Material provided START

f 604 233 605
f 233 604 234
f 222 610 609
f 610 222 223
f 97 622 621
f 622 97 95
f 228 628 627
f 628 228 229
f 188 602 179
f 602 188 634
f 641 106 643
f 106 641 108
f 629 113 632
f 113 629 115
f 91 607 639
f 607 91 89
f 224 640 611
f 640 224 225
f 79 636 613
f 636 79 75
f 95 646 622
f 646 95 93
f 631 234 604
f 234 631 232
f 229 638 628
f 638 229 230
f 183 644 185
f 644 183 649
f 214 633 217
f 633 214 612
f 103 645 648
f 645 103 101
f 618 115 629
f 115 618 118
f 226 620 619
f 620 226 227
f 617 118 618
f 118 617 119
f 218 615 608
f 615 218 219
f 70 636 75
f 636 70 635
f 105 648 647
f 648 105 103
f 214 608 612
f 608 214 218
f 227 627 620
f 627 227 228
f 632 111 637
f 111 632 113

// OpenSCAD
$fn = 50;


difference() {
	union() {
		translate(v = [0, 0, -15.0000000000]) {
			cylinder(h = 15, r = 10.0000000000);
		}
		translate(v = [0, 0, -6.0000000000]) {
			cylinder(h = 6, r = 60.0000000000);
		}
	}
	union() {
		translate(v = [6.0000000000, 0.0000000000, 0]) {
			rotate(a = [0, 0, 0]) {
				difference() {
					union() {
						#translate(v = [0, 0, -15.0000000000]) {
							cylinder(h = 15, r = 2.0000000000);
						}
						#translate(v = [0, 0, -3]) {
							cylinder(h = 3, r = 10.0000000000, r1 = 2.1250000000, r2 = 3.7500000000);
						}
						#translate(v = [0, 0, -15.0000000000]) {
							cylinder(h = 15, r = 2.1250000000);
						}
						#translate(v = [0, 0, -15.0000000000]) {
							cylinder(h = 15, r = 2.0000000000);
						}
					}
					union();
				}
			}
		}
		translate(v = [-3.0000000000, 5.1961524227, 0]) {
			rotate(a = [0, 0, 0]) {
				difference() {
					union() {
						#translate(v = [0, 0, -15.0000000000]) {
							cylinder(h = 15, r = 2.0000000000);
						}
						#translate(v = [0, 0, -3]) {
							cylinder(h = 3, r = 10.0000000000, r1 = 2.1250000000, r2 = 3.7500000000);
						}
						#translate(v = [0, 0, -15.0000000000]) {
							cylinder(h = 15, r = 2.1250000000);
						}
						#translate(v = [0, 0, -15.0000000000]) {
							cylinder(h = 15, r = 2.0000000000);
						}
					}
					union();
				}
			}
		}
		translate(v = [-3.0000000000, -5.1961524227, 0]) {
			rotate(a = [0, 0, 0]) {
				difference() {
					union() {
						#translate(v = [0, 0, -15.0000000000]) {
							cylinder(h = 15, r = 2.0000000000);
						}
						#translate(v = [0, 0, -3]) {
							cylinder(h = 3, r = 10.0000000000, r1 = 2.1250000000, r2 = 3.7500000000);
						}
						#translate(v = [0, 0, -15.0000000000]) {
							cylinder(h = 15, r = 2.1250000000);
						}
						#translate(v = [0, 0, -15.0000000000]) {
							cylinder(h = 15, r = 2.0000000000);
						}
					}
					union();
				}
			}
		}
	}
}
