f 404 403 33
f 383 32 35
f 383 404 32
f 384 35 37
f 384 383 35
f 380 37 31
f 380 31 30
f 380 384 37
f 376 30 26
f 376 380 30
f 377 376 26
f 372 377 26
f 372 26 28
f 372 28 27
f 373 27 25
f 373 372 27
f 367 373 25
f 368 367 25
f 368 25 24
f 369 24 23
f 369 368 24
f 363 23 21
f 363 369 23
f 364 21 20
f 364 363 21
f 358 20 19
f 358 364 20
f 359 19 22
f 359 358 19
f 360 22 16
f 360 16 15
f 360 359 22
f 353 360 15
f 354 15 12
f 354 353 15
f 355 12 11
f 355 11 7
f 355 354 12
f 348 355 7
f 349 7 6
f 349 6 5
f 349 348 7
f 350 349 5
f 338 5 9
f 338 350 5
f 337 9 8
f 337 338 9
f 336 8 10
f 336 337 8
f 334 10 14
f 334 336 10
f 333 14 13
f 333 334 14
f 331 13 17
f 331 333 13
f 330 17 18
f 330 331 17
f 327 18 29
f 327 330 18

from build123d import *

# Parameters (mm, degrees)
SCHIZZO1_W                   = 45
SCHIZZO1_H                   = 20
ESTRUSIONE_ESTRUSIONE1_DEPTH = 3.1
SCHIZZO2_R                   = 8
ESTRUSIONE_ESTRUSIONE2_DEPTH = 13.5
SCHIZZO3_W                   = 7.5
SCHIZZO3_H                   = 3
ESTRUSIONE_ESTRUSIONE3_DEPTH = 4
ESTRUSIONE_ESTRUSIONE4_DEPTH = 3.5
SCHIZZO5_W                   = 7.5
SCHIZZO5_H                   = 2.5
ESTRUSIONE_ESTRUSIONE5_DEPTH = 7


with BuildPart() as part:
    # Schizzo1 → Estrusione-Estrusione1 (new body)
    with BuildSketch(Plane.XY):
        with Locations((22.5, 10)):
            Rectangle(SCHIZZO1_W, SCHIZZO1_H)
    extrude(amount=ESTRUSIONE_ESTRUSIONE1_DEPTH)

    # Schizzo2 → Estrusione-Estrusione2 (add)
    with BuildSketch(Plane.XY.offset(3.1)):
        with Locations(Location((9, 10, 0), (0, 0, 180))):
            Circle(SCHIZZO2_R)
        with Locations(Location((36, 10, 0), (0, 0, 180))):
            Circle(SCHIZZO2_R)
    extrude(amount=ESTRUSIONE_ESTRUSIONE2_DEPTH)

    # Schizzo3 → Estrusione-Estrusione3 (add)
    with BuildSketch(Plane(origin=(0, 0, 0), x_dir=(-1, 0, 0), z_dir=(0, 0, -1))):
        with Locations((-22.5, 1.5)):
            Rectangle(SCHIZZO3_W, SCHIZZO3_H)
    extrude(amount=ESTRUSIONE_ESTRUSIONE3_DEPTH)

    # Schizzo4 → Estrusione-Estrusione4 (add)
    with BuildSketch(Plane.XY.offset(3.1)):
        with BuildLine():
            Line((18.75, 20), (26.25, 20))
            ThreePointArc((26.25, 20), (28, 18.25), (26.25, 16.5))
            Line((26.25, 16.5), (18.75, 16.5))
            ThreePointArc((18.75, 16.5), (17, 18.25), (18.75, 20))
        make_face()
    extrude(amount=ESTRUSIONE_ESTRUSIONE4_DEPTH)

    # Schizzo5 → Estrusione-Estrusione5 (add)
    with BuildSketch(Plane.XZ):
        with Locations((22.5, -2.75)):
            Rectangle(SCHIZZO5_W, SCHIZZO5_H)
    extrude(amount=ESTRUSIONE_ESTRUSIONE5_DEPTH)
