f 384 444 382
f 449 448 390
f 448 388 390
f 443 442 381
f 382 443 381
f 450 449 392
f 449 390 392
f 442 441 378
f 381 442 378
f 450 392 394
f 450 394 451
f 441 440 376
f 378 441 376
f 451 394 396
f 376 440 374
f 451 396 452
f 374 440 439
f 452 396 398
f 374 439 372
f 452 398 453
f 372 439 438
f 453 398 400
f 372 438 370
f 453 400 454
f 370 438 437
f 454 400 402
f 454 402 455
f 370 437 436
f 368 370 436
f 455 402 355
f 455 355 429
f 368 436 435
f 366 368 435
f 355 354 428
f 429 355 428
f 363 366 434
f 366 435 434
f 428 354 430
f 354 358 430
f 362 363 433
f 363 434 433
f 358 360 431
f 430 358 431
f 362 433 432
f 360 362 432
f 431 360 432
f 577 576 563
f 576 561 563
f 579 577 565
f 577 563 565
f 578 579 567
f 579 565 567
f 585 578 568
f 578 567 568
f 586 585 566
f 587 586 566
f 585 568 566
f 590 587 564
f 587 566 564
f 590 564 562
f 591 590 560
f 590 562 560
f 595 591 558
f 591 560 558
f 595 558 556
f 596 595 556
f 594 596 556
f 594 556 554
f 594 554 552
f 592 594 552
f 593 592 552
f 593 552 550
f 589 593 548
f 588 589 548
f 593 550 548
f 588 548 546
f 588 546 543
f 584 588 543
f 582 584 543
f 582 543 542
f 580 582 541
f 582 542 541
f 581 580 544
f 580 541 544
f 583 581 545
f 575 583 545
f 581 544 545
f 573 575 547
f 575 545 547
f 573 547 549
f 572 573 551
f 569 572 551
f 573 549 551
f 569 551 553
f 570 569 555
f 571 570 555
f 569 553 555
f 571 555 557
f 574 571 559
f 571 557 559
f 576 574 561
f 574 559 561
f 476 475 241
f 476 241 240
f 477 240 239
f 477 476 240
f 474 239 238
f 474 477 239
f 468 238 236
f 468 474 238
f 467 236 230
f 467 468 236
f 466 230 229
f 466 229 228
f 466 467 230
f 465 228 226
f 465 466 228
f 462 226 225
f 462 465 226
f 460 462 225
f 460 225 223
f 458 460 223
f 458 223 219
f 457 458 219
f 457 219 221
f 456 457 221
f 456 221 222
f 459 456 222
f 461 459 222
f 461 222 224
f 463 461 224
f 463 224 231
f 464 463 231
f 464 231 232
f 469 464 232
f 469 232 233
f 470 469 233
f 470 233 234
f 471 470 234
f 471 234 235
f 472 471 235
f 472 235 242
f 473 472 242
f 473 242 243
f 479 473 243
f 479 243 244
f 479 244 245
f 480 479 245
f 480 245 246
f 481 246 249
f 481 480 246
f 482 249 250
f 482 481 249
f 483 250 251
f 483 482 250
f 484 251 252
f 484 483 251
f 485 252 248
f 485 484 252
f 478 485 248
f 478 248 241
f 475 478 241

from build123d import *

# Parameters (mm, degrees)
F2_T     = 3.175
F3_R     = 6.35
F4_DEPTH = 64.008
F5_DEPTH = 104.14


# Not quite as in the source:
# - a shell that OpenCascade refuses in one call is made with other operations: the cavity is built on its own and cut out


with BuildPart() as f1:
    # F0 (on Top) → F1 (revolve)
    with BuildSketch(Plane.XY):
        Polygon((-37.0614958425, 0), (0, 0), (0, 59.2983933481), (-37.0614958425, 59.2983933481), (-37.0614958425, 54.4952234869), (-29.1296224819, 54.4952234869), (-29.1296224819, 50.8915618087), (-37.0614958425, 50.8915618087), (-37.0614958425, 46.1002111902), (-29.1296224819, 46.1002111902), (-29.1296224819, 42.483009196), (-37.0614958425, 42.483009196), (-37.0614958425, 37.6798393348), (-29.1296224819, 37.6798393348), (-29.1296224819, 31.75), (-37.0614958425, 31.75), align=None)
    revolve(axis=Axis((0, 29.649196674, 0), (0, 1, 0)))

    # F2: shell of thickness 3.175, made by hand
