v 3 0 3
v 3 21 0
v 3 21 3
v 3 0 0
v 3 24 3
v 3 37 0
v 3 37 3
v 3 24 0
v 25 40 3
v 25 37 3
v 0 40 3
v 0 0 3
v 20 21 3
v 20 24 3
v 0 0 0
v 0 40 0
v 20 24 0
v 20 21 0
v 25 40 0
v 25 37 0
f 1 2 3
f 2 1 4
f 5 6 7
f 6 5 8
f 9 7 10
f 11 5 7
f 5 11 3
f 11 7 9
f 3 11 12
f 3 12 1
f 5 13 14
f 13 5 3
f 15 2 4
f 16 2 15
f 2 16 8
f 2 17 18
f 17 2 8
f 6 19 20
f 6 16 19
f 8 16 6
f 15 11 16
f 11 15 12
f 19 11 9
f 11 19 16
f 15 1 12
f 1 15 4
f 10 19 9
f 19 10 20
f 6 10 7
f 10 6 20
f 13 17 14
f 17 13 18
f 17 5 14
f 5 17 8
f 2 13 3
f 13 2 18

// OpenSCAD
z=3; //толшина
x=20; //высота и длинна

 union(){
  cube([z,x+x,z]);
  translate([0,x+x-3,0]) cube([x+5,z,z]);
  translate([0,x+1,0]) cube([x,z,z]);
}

Material provided END

→ **Problem statement**
Your answer should be the lines above that contain the word "revolve", copied out.

→ **Problem solution**
    # F0 (on Top) → F1 (revolve)
    revolve(axis=Axis((0, 29.649196674, 0), (0, 1, 0)))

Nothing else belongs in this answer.